Friday, July 3, 2009

Local Article on Orson's Plea

Adoption scammer pleads guilty
By COLBY FRAZIER — July 3, 2009

A former Montecito businessman who swindled $800,000 from 59 hopeful parents through his adoption business, pleaded guilty in Superior Court yesterday to 17 felonies and a white-collar crime enhancement.

Wearing a light-blue shirt, dark pants and a tie, with shackles around his hands and feet, the defendant, Orson Mozes, said plainly that he was guilty, and acknowledged he felt “very comfortable” with the plea bargain he had negotiated with prosecutors.

Although the man won’t be sentenced until July 14, Senior Deputy District Attorney Paula Waldman said he most likely would be sentenced to three years and four months in state prison, with three years of parole. Mozes, 57, also faces a civil lawsuit in the state of Pennsylvania that was jointly filed by 17 of the adoption scam victims. Additionally, Mozes conceded to forfeit $300,000 in cash and gold coins that were seized from his Florida home. The funds will be used to repay the victims, some of whom, Waldman said, are owed amounts as high as $75,000.
The prosecutor said the plea represents justice for dozens of families who, in some cases, not only were stolen from but also felt as though their own child was taken away.

“There’s just so much heartbreak around this case …” she said. “I enjoyed hearing him say that word, ‘guilty.’”

Through his business, Adoption International Program, Waldman said Mozes would place Eastern European children up for adoption.
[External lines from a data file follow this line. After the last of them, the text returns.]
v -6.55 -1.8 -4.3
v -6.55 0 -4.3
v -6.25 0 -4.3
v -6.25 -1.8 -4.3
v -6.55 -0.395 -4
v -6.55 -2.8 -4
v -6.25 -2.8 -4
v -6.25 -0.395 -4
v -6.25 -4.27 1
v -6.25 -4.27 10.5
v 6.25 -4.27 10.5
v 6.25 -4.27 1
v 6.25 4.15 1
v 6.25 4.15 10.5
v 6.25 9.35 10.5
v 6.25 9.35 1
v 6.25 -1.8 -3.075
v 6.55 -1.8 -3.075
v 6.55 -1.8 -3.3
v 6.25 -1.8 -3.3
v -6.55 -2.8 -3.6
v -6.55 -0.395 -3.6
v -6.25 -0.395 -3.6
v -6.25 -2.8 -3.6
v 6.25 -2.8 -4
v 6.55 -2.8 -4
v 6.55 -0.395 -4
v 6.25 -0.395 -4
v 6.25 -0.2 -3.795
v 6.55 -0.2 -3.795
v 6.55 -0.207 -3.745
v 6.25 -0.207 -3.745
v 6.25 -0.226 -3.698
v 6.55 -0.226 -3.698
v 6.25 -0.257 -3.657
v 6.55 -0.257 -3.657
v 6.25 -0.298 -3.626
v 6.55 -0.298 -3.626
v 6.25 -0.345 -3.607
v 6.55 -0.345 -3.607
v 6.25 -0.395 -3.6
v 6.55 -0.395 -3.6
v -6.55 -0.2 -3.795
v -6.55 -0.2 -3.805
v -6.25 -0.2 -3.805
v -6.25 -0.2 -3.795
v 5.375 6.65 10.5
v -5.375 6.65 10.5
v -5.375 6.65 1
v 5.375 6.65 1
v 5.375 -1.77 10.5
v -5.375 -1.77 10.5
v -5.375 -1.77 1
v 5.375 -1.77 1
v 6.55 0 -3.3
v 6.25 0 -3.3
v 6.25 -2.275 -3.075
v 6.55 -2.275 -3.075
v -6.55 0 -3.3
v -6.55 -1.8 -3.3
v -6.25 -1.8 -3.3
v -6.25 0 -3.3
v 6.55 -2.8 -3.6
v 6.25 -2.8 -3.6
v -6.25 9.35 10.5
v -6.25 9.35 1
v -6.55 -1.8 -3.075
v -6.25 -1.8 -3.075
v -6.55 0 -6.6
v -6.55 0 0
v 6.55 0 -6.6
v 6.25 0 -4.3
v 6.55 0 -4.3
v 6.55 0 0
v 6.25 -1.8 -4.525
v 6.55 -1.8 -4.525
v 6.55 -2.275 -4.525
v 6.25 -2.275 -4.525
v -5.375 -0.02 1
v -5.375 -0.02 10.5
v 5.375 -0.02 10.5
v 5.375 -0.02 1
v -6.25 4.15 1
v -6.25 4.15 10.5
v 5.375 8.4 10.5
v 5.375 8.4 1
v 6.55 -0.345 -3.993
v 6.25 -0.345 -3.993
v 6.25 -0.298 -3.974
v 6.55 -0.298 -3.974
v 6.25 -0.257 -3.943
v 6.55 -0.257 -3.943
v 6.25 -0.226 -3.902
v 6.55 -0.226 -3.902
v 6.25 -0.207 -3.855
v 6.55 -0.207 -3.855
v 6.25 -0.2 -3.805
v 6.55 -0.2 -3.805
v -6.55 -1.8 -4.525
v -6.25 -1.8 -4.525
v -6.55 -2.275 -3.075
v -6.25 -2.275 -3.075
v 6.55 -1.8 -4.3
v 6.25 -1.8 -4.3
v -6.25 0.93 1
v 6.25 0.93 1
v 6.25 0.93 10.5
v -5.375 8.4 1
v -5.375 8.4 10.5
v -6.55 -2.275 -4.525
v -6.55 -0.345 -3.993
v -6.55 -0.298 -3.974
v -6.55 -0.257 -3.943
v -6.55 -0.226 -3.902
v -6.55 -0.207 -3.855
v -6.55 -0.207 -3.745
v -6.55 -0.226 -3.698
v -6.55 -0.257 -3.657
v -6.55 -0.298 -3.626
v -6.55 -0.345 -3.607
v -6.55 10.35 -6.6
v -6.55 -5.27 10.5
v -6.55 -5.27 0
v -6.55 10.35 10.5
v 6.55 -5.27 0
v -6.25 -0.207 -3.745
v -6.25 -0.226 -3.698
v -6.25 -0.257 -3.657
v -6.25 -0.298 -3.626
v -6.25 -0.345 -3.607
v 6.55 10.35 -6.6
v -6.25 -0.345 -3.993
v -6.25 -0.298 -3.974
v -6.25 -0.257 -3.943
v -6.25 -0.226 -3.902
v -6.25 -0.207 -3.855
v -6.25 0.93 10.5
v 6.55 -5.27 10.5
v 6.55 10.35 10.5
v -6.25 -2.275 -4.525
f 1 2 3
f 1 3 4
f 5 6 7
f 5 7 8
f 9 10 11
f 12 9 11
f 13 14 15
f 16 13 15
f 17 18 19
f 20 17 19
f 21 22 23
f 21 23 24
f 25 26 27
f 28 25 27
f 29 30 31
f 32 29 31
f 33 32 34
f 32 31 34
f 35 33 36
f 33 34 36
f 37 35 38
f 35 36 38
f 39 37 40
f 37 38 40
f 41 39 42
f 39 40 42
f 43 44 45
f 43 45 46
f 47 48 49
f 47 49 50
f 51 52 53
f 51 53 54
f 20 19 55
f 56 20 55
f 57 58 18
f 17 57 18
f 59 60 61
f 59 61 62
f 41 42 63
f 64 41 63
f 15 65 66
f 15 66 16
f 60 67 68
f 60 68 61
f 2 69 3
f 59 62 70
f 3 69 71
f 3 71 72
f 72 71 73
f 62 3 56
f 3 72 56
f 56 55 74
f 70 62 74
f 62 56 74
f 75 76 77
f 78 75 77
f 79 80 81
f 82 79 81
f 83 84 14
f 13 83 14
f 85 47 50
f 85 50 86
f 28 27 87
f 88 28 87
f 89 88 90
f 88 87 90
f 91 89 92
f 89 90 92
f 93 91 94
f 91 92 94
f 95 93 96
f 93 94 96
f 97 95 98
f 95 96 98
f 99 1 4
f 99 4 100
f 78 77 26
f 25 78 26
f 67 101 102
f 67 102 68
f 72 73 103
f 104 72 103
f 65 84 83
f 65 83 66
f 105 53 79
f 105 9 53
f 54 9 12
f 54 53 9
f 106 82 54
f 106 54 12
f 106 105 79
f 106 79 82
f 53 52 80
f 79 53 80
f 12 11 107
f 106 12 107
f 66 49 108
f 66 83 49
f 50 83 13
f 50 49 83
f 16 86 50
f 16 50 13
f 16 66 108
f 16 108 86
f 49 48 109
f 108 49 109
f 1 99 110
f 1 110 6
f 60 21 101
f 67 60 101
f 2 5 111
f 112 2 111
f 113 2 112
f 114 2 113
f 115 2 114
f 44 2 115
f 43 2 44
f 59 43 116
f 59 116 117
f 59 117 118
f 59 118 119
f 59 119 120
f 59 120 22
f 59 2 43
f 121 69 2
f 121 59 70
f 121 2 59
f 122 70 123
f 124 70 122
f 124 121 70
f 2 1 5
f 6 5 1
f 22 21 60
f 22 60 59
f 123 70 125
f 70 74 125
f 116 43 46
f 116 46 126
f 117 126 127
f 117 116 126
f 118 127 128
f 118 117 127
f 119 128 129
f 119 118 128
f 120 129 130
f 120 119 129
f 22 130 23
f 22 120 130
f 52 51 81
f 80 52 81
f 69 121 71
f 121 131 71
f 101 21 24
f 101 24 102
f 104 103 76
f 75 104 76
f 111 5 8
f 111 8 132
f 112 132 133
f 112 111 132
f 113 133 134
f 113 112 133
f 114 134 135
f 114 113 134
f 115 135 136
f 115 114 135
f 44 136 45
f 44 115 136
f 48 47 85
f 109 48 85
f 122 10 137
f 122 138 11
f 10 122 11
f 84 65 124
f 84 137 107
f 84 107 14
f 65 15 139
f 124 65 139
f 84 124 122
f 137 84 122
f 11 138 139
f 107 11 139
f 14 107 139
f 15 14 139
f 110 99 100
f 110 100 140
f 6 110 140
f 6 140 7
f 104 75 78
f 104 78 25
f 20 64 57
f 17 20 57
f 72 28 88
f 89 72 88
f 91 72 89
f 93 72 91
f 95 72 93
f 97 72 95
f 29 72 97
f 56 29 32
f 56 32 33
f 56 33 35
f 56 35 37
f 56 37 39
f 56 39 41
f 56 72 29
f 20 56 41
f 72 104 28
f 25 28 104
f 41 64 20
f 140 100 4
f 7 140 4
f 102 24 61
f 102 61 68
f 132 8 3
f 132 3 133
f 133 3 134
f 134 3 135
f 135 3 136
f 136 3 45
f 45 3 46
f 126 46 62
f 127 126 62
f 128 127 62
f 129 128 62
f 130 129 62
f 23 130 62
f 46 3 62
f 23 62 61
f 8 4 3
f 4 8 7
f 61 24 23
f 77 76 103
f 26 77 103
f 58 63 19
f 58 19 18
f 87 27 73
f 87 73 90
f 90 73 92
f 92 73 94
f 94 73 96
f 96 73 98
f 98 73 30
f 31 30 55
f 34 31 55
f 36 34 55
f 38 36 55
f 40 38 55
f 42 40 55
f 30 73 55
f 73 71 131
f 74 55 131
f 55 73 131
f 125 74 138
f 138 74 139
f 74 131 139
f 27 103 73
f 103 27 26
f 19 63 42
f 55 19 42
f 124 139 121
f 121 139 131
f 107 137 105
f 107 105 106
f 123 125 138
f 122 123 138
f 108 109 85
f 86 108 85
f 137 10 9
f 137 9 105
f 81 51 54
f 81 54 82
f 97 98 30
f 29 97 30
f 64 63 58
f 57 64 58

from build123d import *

# Parameters (mm, degrees)
BOSS_EXTRUDE1_DEPTH      = 6.55
BOSS_EXTRUDE1_DEPTH_BACK = 6.55
SKETCH2_W                = 12.5
SKETCH2_H                = 5.2
SKETCH2_W_2              = 10.75
SKETCH2_H_2              = 1.75
CUT_EXTRUDE1_DEPTH       = 9.5
BOSS_EXTRUDE2_DEPTH      = 0.3


with BuildPart() as part:
    # Sketch1 → Boss-Extrude1 (new body, two sides)
    with BuildSketch(Plane(origin=(0, 0, 0), x_dir=(0, 0, -1), z_dir=(1, 0, 0))) as boss_extrude1_sk:
        Polygon((-10.5, 10.35), (6.6, 10.35), (6.6, 0), (0, 0), (0, -5.27), (-10.5, -5.27), align=None)
    extrude(amount=BOSS_EXTRUDE1_DEPTH)
    extrude(boss_extrude1_sk.sketch, amount=-BOSS_EXTRUDE1_DEPTH_BACK)

    # Sketch2 → Cut-Extrude1 (cut)
    with BuildSketch(Plane.XY.offset(10.5)):
        with Locations((0, 6.75)):
            Rectangle(SKETCH2_W, SKETCH2_H)
        with Locations((0, 7.525)):
            Rectangle(SKETCH2_W_2, SKETCH2_H_2, mode=Mode.SUBTRACT)
        with Locations((0, -1.67)):
            Rectangle(SKETCH2_W, SKETCH2_H)
        with Locations((0, -0.895)):
            Rectangle(SKETCH2_W_2, SKETCH2_H_2, mode=Mode.SUBTRACT)
    extrude(amount=-CUT_EXTRUDE1_DEPTH, mode=Mode.SUBTRACT)

    # Sketch3 → Boss-Extrude2 (add)
    with BuildSketch(Plane(origin=(6.55, 0, 0), x_dir=(0, 0, -1), z_dir=(1, 0, 0))):
        with BuildLine():
            Line((3.6, -2.8), (3.075, -2.275))
            Line((3.075, -2.275), (3.075, -1.8))
            Line((3.075, -1.8), (3.3, -1.8))
            Line((3.3, -1.8), (3.3, 0))
            Line((3.3, 0), (4.3, 0))
            Line((4.3, 0), (4.3, -1.8))
            Line((4.3, -1.8), (4.525, -1.8))
            Line((4.525, -1.8), (4.525, -2.275))
            Line((4.525, -2.275), (4, -2.8))
            Line((4, -2.8), (4, -0.395))
            ThreePointArc((4, -0.395), (3.942885822, -0.257114178), (3.805, -0.2))
            Line((3.805, -0.2), (3.795, -0.2))
            ThreePointArc((3.795, -0.2), (3.657114178, -0.257114178), (3.6, -0.395))
            Line((3.6, -0.395), (3.6, -2.8))
        make_face()
    boss_extrude2 = extrude(amount=-BOSS_EXTRUDE2_DEPTH)

    # Mirror1: Boss-Extrude2 across plane
    add(boss_extrude2.mirror(Plane(origin=(0, 0, 0), x_dir=(0, 0, 1), z_dir=(1, 0, 0))))


solid = part.part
When prospective parents would see the children’s pictures on the company’s Web site and inquire, she said Mozes would ask for money, a deposit of sorts to ensure the children weren’t offered to other parents.

But it didn’t end there. She said Mozes would string the hopeful parents along. In many cases, victims would travel to various countries to meet their child, only to discover that someone else had adopted the child.

Even so, Mozes would apparently explain his way out of these situations, saying that other children were available and could be adopted. In at least one case, Waldman said a couple traveled abroad three separate times only to be told on each occasion that the child they had come to love already had a home.

“He’s very smooth and makes for a very good con artist,” Waldman said. “I’m not sure how much remorse that he feels.”

Although Mozes had been in the adoption business since the 80s, Waldman said the 59 felony counts of obtaining services by false pretences occurred between 2004 and 2008.

Those 59 felony counts all represent people who were duped out of money and never received the child they were promised. However, Waldman said 16 of the couples successfully adopted a child through Mozes, though in most cases it was never the original child they had settled on.
During the investigation, Norma Hansen, a District Attorney investigator, said Mozes, after hearing authorities knew about his string of fraud, pointed out he had also overseen legitimate adoptions.

After divorcing his wife in 2007, Mozes, either to get away from his former wife or realizing authorities were closing in, fled to Miami, Fla.

While there, Mozes moved in with a woman who he said yesterday he plans to marry while in prison. Waldman said the woman allowed Mozes to move in and she even opened his bank accounts under her name.

According to court documents, Mozes was using the aliases Jack Rose and Jerry Brosse.
Had it not been for three arrests, one for driving without a license and two for shoplifting — Hansen said he got caught stealing candy and produce from a convenience store — it’s unclear when or if Mozes would have been caught. And even with these arrests, Miami authorities didn’t realize anything was amiss until after Mozes had been released on bail for the third time. But shortly after the third arrest, Waldman said police there realized Mozes was wanted in Santa Barbara and had been featured on the TV program America’s Most Wanted. He was arrested a short time later at his girlfriend’s apartment.

Authorities seized $300,000, a hefty chunk of which was in gold coins, court documents show. Waldman said a trunk of cash was also taken.

Waldman said the only hurdle to giving this money back to the people it was stolen from is Mozes’ ex-wife, who could claim some of the money belongs to her. Waldman, however, doubts any claim by the ex-wife would hold up.

But even if the entirety of the $300,000 goes to the victims, it’s still far less than Mozes took. Waldman said it’s unclear where the remainder of the funds will come from, though more civil suits could be filed.

As part of the plea agreement, Waldman said the 42 remaining felony counts levied against Mozes would be dismissed. The special allegation he pleaded guilty to was a white-collar crime enhancement, which comes into play when a person steals more than $500,000.

Aside from the good news the plea brought victims (Waldman said she’d heard from many who felt closure and were satisfied with the terms), she said the case is sentimental for many in District Attorney’s Office.

When the office first got the case, the late DA investigator Laura Cleaves was the lead investigator. Cleaves was killed by a drunken driver in May of 2008 while driving home to the Santa Ynez Valley after a late night at work. Cleaves’s vehicle was struck by a black Mercedes near the Highway 154, Santa Ynez River over crossing.

Waldman, choking back tears, said Cleaves was working late that night on the Mozes case.
“I believe that Laura is smiling right now,” she said. “The day she was killed she was working hard on this case.”